··· EXERCISE MATERIALS ···

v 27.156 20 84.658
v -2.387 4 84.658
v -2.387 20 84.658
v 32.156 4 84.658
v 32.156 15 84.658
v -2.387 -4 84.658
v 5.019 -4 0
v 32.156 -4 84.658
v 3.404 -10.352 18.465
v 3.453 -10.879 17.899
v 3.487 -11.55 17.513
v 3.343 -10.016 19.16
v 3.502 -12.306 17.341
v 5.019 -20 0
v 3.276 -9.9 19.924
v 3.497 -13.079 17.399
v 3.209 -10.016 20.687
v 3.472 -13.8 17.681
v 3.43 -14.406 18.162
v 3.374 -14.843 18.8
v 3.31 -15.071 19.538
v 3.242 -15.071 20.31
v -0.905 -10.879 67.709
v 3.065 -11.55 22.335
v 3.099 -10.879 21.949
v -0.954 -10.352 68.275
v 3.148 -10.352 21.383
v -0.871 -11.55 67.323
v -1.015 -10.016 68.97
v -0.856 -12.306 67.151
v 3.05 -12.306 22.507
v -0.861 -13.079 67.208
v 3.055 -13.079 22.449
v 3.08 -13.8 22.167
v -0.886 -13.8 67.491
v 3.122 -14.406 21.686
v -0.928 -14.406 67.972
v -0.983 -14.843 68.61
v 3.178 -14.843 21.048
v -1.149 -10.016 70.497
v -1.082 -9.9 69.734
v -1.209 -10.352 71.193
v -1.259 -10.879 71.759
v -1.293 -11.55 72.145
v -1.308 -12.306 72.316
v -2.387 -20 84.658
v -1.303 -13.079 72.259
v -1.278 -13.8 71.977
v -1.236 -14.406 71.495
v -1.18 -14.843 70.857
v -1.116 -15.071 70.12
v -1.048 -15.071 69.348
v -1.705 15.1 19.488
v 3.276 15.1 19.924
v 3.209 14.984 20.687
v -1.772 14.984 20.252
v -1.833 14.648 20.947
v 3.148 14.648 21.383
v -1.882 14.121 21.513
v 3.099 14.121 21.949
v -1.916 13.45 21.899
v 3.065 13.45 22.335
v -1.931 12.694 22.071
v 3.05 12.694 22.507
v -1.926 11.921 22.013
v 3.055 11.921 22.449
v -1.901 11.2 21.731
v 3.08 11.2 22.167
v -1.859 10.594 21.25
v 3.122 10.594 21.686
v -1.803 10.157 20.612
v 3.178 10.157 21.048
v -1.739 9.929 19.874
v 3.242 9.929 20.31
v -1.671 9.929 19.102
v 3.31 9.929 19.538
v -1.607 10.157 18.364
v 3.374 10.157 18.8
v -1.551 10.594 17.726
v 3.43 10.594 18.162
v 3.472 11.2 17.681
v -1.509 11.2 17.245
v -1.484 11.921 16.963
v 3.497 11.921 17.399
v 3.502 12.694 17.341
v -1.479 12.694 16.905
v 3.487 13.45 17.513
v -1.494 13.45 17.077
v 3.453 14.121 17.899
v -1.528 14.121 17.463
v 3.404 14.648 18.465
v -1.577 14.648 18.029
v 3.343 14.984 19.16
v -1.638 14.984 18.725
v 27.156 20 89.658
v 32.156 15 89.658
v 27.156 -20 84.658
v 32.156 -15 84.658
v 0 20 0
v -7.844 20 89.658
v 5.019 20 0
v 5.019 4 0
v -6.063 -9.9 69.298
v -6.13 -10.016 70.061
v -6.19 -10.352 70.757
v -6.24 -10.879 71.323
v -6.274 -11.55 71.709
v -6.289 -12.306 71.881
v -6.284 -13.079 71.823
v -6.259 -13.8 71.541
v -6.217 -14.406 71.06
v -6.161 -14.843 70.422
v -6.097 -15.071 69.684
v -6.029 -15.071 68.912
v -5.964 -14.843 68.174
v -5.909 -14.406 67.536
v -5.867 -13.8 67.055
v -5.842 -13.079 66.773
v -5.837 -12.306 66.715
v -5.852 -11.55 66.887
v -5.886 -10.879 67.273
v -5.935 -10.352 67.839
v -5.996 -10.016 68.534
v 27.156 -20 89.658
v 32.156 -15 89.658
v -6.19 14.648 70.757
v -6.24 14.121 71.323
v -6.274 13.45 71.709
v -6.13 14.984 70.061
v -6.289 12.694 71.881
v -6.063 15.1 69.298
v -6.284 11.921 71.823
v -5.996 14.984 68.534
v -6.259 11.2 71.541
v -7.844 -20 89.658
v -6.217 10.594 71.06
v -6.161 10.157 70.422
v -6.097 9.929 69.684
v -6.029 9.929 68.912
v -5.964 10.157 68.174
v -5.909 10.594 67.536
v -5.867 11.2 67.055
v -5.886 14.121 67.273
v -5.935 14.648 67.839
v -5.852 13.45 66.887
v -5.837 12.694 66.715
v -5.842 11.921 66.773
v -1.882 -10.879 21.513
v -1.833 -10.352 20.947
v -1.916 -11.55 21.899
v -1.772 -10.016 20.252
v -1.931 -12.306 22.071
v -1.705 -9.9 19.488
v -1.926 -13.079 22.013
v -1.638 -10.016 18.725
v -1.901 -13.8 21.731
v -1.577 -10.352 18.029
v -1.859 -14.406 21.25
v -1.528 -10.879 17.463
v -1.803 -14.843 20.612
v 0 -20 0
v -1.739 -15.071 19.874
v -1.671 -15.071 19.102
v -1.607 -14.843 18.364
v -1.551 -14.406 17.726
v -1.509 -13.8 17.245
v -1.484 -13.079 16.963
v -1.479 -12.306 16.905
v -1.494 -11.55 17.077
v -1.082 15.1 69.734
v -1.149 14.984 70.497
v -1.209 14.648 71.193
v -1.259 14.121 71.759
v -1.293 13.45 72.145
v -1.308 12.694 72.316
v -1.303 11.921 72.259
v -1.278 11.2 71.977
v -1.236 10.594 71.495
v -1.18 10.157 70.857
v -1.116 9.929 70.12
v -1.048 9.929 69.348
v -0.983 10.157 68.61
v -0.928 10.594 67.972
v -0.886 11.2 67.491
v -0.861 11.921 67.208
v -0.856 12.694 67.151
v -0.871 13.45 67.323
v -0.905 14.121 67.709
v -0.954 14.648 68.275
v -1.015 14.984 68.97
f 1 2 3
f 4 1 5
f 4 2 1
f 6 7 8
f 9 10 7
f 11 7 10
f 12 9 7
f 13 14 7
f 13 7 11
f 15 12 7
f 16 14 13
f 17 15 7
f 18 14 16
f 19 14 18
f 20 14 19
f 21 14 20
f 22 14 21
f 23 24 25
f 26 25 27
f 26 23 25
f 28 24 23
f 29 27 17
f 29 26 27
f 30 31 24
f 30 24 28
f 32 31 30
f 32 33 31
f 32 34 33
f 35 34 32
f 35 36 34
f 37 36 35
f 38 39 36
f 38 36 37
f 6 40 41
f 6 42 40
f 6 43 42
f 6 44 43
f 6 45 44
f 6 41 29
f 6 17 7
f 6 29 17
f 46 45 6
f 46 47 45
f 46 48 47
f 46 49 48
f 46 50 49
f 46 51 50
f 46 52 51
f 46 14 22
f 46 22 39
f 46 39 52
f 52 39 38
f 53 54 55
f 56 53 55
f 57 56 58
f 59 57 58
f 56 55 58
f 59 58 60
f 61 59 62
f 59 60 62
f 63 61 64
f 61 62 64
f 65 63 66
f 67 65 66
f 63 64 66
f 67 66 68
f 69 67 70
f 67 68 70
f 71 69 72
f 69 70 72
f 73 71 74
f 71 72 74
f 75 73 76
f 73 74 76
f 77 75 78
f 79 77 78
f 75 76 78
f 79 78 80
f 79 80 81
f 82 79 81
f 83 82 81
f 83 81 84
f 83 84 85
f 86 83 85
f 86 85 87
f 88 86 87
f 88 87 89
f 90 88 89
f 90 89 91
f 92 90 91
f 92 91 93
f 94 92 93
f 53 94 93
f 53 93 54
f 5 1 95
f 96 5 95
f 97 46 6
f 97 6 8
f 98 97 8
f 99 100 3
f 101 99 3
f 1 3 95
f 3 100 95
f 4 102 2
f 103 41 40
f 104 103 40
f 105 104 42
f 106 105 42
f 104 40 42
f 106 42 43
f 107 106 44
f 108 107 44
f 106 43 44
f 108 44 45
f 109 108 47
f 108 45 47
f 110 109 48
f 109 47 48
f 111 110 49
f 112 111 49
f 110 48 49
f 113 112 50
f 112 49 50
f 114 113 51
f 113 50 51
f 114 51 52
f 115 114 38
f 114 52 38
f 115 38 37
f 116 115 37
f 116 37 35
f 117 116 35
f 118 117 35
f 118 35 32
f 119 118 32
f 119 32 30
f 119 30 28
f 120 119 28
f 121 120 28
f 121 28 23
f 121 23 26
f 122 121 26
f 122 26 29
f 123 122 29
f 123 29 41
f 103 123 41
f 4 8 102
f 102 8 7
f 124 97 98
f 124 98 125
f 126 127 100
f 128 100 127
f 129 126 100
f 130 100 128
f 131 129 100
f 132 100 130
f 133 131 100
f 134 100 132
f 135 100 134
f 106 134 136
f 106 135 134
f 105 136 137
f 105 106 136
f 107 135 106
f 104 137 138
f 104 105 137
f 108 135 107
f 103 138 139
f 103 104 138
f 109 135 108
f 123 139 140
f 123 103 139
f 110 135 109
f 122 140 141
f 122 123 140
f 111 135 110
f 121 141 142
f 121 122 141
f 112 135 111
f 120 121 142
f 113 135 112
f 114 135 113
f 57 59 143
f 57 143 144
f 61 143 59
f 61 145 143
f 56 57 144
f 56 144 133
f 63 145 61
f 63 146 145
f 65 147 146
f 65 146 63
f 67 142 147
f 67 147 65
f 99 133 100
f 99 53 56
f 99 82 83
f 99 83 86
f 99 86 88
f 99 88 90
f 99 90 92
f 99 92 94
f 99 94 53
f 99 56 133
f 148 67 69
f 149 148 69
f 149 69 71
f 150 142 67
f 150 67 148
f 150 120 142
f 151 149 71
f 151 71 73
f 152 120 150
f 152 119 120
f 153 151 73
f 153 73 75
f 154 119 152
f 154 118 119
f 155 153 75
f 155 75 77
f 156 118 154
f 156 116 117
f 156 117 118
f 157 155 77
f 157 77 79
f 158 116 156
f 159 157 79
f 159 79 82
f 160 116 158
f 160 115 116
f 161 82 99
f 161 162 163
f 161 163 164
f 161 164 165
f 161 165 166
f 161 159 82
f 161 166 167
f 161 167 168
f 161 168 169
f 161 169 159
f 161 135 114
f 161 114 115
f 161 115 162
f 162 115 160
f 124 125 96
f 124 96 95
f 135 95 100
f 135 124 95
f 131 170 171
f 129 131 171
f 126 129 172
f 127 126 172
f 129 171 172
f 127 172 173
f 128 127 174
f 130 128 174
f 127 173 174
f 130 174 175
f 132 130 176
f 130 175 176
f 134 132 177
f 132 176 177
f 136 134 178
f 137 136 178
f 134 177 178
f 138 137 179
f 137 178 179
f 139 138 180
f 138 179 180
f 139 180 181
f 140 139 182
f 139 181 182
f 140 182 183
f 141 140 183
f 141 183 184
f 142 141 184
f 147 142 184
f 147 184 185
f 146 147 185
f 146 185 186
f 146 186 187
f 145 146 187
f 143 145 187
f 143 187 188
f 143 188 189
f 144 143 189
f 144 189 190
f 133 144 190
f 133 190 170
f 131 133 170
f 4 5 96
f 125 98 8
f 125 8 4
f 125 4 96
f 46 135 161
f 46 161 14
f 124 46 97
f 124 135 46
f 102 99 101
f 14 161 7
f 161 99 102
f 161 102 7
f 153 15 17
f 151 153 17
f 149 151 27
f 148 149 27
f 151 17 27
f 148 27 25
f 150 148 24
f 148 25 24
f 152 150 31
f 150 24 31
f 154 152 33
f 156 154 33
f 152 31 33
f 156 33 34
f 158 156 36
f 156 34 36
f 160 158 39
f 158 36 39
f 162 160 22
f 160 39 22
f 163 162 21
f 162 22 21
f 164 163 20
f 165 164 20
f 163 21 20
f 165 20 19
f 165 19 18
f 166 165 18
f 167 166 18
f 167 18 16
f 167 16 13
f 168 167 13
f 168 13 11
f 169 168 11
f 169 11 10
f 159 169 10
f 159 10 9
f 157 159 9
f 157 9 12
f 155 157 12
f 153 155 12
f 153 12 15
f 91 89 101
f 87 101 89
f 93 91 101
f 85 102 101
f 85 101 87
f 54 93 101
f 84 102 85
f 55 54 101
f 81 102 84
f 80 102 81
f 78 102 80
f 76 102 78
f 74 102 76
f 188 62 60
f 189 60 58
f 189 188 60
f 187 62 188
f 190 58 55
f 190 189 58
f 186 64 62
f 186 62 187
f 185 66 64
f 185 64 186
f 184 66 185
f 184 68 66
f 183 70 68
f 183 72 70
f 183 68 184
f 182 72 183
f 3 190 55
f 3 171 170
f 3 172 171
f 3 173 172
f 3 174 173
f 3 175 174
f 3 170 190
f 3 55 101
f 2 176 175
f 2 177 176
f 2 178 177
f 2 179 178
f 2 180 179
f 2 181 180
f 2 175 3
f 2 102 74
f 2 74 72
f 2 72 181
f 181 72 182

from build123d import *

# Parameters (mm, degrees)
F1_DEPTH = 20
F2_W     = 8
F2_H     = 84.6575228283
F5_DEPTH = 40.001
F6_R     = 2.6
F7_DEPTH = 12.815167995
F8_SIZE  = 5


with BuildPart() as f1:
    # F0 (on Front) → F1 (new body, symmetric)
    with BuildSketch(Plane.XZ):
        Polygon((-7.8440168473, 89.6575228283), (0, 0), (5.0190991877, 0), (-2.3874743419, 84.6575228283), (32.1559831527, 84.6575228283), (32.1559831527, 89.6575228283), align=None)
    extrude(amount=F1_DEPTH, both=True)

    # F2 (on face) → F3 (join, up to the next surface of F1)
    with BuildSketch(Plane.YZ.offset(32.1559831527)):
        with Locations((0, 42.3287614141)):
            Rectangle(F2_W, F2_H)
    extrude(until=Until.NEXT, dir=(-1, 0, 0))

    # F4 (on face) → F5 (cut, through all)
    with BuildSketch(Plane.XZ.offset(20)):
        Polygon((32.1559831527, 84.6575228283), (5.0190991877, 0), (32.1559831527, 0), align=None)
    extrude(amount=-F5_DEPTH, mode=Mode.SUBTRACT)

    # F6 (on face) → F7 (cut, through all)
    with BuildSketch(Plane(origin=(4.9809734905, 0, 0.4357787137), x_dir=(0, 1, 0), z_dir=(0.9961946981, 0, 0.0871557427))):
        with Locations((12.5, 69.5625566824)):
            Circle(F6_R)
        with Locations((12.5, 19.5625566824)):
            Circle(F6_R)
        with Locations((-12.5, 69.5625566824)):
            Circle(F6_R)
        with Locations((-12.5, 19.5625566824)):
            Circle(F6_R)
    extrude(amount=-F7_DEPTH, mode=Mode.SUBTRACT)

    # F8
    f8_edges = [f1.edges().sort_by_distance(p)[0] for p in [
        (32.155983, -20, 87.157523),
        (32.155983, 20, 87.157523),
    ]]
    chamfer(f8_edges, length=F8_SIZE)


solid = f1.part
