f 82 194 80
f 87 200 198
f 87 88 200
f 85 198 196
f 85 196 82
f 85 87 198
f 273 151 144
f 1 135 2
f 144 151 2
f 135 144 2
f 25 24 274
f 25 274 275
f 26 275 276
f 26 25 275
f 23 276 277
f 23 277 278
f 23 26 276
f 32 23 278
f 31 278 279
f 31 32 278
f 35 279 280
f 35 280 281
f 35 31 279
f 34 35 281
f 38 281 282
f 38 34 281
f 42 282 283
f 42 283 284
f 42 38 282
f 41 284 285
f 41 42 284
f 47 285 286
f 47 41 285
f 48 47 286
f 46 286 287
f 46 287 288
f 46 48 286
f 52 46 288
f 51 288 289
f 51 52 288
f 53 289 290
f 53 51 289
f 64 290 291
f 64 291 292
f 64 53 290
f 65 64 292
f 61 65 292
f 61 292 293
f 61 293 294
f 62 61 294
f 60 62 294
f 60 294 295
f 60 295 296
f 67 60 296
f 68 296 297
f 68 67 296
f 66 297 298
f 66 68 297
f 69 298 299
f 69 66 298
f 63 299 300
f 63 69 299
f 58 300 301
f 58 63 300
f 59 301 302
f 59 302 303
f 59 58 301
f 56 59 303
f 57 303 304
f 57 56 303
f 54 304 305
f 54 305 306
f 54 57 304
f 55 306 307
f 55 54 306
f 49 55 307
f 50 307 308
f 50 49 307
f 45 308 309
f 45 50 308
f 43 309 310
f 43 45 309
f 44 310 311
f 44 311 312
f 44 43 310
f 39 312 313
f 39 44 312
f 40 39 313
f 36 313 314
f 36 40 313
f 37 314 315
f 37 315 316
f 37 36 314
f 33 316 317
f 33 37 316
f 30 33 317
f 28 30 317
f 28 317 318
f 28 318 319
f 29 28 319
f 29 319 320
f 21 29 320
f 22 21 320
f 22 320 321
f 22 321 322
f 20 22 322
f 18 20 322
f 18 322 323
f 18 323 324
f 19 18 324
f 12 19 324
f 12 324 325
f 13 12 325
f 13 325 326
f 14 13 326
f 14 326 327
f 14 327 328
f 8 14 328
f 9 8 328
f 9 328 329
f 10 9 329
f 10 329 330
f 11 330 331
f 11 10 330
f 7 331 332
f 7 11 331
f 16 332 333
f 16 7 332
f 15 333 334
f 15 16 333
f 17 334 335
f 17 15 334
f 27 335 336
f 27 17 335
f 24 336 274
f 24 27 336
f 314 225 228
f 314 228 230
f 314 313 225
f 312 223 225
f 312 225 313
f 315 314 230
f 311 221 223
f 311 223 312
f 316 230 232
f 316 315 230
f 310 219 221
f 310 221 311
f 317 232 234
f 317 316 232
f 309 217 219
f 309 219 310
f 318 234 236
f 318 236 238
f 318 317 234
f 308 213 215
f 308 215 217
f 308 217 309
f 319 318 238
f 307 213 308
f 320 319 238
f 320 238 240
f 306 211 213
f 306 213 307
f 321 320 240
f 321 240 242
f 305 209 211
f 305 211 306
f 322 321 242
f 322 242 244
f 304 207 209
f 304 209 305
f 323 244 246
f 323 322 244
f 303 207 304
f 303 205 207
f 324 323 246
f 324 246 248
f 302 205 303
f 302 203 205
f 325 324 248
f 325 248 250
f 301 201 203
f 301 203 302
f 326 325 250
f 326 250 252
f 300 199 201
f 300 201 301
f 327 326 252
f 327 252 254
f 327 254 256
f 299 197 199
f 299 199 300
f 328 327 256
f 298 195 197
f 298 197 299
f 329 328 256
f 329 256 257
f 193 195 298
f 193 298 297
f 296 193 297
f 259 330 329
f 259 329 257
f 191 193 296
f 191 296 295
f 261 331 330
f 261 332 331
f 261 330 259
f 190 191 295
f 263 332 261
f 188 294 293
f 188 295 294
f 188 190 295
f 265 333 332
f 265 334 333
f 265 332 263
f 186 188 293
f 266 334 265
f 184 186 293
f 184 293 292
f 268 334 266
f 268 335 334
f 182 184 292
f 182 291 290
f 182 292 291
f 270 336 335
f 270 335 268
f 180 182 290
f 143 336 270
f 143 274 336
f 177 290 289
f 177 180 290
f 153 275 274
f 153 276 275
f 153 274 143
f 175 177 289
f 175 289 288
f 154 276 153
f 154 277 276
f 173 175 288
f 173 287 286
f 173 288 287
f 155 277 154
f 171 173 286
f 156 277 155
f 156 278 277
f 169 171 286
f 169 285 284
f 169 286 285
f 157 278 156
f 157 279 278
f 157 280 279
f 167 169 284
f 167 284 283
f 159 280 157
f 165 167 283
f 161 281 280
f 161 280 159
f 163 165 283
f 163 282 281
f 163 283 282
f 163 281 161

···

• WORK TO BE COMPLETED
Print the records above verbatim from their first line to the line containing "v 5.019 -20 0", both included, and stop there.

• REPLY
v 27.156 20 84.658
v -2.387 4 84.658
v -2.387 20 84.658
v 32.156 4 84.658
v 32.156 15 84.658
v -2.387 -4 84.658
v 5.019 -4 0
v 32.156 -4 84.658
v 3.404 -10.352 18.465
v 3.453 -10.879 17.899
v 3.487 -11.55 17.513
v 3.343 -10.016 19.16
v 3.502 -12.306 17.341
v 5.019 -20 0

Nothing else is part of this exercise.